La evolución del indicador había generado expectativas en el Gobierno, que veía en una eventual caída sostenida una señal favorable para volver a los mercados internacionales de deuda.
En el frente interno, los últimos datos sobre empleo y salarios también generan preocupación entre los inversores, que observan con mayor cautela la evolución de la economía y la continuidad del programa político del Gobierno de Javier Milei.

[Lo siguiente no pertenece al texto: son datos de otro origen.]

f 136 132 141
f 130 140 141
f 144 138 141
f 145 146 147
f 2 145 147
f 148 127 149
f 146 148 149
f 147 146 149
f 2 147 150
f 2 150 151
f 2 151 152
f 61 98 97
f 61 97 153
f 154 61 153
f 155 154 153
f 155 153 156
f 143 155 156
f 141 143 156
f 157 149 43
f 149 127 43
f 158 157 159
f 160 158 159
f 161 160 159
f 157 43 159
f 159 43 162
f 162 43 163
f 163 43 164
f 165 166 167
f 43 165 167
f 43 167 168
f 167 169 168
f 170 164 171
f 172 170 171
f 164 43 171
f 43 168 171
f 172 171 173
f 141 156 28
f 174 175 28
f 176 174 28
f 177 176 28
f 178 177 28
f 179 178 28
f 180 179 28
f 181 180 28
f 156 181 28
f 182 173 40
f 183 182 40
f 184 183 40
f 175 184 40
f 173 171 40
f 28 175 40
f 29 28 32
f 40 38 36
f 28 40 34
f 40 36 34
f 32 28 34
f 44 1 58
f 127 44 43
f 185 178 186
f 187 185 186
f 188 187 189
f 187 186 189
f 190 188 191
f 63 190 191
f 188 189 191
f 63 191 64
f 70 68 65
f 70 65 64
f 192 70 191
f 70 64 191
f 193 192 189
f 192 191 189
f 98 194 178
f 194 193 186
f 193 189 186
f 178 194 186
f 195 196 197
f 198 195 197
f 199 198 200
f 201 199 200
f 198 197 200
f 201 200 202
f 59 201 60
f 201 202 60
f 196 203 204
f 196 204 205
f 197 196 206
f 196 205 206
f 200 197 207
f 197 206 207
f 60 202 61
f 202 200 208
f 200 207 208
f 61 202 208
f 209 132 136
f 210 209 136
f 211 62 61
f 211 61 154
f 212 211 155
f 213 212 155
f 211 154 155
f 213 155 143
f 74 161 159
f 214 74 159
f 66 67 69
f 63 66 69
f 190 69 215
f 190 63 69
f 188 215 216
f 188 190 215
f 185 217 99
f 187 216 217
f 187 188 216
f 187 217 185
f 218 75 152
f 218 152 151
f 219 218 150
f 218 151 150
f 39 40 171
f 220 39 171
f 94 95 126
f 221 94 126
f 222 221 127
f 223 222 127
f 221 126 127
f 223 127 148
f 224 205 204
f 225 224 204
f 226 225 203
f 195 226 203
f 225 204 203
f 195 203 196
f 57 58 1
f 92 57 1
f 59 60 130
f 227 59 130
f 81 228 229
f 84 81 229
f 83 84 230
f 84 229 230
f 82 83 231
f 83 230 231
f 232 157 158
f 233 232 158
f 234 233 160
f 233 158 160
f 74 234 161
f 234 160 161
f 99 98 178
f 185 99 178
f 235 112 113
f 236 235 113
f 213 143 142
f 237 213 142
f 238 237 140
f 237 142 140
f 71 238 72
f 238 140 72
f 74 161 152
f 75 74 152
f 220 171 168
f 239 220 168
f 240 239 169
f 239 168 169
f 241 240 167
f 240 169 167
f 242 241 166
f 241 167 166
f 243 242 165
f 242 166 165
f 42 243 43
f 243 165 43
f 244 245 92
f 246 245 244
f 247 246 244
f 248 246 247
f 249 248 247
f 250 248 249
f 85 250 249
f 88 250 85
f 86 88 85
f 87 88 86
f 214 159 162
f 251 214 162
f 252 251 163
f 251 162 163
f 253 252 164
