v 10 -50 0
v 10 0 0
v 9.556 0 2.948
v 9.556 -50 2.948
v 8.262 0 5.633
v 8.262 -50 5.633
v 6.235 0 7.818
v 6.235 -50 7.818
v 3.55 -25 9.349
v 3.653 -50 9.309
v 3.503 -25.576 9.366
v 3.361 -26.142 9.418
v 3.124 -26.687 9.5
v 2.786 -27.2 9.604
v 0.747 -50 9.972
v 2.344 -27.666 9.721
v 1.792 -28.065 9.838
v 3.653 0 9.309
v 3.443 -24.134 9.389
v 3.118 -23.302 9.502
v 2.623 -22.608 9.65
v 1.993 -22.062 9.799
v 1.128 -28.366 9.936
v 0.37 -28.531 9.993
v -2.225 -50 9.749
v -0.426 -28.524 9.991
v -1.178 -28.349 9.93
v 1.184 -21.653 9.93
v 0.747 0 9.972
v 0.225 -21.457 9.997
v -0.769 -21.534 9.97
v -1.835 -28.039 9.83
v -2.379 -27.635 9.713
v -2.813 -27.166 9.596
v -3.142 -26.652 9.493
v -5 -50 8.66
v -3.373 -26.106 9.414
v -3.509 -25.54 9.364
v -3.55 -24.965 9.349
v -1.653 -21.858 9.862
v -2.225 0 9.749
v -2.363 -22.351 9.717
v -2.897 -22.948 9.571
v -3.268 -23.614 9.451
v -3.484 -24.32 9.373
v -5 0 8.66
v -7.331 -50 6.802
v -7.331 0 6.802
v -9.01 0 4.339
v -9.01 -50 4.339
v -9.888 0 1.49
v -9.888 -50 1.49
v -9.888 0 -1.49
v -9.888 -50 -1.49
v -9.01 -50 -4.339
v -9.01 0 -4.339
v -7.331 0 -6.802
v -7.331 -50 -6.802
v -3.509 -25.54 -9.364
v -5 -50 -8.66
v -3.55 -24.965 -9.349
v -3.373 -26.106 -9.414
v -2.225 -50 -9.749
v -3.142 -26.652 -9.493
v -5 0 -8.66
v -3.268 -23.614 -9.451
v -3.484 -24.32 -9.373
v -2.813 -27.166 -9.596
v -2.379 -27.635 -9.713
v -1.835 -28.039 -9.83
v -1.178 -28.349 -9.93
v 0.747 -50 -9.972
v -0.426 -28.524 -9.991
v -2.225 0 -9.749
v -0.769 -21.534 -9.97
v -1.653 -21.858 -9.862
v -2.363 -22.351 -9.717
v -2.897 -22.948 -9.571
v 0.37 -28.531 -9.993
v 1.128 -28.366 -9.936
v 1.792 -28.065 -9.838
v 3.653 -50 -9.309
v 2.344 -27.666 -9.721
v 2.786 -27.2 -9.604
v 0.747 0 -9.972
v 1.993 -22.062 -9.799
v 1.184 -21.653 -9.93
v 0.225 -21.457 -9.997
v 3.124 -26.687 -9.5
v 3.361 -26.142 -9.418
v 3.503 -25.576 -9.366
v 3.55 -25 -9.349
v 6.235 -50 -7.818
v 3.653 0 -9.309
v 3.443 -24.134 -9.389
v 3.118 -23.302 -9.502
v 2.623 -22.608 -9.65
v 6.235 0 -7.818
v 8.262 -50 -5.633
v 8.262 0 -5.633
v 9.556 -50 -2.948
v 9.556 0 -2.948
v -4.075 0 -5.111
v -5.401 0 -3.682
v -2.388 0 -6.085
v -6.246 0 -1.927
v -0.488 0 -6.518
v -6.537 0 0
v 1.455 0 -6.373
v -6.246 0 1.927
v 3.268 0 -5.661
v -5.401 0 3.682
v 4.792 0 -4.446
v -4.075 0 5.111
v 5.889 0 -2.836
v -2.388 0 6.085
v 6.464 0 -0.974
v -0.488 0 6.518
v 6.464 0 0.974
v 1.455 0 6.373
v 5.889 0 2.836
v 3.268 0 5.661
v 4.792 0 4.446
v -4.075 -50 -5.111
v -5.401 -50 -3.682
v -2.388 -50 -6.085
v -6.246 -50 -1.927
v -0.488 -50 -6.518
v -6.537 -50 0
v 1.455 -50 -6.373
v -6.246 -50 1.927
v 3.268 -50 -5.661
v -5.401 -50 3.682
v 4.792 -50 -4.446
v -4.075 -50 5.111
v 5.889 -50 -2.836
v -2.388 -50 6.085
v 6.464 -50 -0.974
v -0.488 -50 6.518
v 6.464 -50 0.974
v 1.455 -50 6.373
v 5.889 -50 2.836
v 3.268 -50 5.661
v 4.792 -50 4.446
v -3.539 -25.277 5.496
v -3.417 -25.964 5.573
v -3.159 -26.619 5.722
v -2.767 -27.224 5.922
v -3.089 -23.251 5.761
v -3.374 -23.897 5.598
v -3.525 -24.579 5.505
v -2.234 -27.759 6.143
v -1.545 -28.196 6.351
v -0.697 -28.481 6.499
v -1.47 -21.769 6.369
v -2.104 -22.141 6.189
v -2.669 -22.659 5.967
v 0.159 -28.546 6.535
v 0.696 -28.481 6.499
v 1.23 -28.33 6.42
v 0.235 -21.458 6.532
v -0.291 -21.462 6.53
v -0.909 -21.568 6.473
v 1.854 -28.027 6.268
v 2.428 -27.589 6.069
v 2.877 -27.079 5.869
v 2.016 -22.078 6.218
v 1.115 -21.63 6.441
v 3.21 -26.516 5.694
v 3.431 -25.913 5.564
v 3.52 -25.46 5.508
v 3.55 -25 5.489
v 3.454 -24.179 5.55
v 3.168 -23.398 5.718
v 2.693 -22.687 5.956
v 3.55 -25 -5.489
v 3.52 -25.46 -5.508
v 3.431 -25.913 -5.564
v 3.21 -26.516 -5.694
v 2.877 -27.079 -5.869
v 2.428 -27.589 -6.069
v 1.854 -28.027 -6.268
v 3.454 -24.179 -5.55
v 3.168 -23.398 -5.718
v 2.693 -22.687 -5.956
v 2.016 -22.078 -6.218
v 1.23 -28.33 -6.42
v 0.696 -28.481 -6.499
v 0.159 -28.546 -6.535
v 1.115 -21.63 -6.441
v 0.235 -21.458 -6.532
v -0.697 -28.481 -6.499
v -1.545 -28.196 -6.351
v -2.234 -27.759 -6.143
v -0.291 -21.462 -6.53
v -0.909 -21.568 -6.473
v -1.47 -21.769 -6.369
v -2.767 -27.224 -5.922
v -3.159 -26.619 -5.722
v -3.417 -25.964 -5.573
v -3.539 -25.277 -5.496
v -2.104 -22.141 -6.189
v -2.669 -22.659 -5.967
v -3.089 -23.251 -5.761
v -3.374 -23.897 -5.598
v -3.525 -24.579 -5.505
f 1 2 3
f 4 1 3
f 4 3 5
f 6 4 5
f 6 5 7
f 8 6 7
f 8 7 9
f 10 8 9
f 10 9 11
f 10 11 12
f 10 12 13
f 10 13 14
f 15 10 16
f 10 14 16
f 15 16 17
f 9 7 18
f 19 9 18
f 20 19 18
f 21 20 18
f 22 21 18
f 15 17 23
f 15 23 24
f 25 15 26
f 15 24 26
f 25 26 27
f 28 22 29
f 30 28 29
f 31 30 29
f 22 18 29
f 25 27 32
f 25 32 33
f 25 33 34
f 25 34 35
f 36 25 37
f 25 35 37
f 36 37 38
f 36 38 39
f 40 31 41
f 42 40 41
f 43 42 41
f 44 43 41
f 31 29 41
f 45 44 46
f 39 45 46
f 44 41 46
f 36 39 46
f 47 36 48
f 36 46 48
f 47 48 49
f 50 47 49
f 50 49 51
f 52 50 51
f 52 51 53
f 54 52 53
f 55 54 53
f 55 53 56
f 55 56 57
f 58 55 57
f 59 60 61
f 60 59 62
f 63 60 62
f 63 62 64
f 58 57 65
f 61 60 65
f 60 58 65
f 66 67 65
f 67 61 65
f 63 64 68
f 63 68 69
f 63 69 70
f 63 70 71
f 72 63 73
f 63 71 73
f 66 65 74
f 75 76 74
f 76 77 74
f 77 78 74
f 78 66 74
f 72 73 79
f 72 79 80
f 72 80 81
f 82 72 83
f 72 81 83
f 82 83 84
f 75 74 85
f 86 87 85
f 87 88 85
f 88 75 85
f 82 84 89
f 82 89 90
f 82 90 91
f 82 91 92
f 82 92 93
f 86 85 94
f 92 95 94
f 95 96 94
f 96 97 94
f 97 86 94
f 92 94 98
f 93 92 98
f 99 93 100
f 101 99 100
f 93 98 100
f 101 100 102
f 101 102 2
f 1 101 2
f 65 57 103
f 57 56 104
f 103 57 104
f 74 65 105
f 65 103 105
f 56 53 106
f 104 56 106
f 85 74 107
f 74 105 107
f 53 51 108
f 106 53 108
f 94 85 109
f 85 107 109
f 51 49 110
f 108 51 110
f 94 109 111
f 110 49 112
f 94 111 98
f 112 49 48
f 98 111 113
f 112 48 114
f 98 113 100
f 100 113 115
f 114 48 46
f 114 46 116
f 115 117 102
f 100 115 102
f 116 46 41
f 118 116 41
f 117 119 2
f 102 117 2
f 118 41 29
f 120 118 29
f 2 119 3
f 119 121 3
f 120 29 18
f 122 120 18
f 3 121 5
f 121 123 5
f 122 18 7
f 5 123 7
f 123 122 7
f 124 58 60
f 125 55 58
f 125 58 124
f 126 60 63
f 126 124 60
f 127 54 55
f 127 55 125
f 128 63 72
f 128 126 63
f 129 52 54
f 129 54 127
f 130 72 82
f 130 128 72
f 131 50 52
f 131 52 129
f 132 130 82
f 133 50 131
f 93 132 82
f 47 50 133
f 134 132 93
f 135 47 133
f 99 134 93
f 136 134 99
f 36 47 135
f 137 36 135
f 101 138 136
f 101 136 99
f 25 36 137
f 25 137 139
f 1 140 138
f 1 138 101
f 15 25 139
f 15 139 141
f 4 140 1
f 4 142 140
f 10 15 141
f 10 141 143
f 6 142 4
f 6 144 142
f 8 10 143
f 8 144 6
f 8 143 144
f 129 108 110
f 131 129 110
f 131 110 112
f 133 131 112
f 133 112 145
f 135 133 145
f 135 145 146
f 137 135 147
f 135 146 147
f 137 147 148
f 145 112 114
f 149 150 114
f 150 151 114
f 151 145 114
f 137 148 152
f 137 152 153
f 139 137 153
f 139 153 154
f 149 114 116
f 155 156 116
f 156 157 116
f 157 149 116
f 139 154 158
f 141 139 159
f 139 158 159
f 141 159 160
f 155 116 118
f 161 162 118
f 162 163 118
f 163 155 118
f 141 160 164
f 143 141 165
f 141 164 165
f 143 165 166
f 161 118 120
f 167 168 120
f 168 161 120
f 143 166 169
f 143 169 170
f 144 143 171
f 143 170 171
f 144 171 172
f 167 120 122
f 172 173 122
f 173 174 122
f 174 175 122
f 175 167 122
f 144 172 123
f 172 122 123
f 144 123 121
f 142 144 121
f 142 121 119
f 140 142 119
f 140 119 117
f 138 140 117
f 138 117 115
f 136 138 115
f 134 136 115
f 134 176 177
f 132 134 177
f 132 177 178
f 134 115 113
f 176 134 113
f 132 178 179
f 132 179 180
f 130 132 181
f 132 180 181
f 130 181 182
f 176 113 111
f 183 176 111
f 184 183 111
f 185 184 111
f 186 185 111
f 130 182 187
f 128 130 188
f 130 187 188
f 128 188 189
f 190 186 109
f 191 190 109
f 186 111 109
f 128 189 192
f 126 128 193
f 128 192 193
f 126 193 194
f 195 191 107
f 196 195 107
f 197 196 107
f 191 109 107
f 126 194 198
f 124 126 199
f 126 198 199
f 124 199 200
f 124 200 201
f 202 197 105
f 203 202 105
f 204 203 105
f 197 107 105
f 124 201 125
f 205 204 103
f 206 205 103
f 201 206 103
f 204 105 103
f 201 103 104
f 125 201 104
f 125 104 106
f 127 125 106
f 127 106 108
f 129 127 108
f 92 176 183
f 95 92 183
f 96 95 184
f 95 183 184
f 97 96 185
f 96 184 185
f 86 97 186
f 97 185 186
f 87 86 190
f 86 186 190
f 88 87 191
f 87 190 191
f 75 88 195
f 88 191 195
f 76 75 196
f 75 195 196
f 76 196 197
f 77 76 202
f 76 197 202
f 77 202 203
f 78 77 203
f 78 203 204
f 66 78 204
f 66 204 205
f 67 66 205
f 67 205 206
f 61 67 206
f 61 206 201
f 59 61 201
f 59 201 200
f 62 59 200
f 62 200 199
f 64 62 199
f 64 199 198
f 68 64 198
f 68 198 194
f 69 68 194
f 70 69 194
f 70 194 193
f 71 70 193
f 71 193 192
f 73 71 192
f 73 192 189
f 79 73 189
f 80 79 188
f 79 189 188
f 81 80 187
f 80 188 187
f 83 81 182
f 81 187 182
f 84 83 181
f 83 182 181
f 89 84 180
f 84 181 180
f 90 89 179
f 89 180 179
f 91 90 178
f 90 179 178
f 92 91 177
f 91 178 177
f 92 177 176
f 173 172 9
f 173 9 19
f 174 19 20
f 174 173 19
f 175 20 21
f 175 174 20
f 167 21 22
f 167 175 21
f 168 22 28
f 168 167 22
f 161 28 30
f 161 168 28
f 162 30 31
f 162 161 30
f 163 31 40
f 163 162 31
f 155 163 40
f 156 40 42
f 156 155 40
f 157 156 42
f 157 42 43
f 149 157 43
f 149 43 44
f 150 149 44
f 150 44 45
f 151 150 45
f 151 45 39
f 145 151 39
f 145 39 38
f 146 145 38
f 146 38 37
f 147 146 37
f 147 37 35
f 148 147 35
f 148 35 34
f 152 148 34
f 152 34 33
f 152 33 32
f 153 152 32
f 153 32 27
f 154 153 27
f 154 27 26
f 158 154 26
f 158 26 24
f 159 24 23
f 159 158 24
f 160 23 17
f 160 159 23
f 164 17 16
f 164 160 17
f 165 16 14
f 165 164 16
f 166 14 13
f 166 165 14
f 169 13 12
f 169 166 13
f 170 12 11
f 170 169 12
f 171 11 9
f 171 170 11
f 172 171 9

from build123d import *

# Parameters (mm, degrees)
F0_R          = 10
F1_DEPTH      = 50
F2_R          = 3.55
F3_DEPTH      = 25
F3_DEPTH_BACK = 25
F4_R          = 6.5365859356
F5_DEPTH      = 60


with BuildPart() as f1:
    # F0 (on Front) → F1 (new body)
    with BuildSketch(Plane.XZ):
        Circle(F0_R)
    extrude(amount=F1_DEPTH)

    # F2 (on Top) → F3 (cut, two sides)
    with BuildSketch(Plane.XY) as f3_sk:
        with Locations((0, -25)):
            Circle(F2_R)
    extrude(amount=-F3_DEPTH, mode=Mode.SUBTRACT)
    extrude(f3_sk.sketch, amount=F3_DEPTH_BACK, mode=Mode.SUBTRACT)

    # F4 (on face) → F5 (cut)
    with BuildSketch(Plane(origin=(0, 0, 0), x_dir=(-1, 0, 0), z_dir=(0, 1, 0))):
        Circle(F4_R)
    extrude(amount=-F5_DEPTH, mode=Mode.SUBTRACT)


solid = f1.part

A esto se suma el comportamiento de los bonos soberanos argentinos, que acumulan pérdidas de hasta 4,3% en agosto. La caída de estos títulos es uno de los factores que presiona sobre el riesgo país.
El escenario externo también juega un papel relevante. Los bonos del Tesoro de Estados Unidos a 30 años alcanzaron un rendimiento superior al 5%, un nivel que impacta sobre la percepción de riesgo de los mercados emergentes, ya que los títulos estadounidenses funcionan como referencia para las inversiones globales.
Fuente: NA.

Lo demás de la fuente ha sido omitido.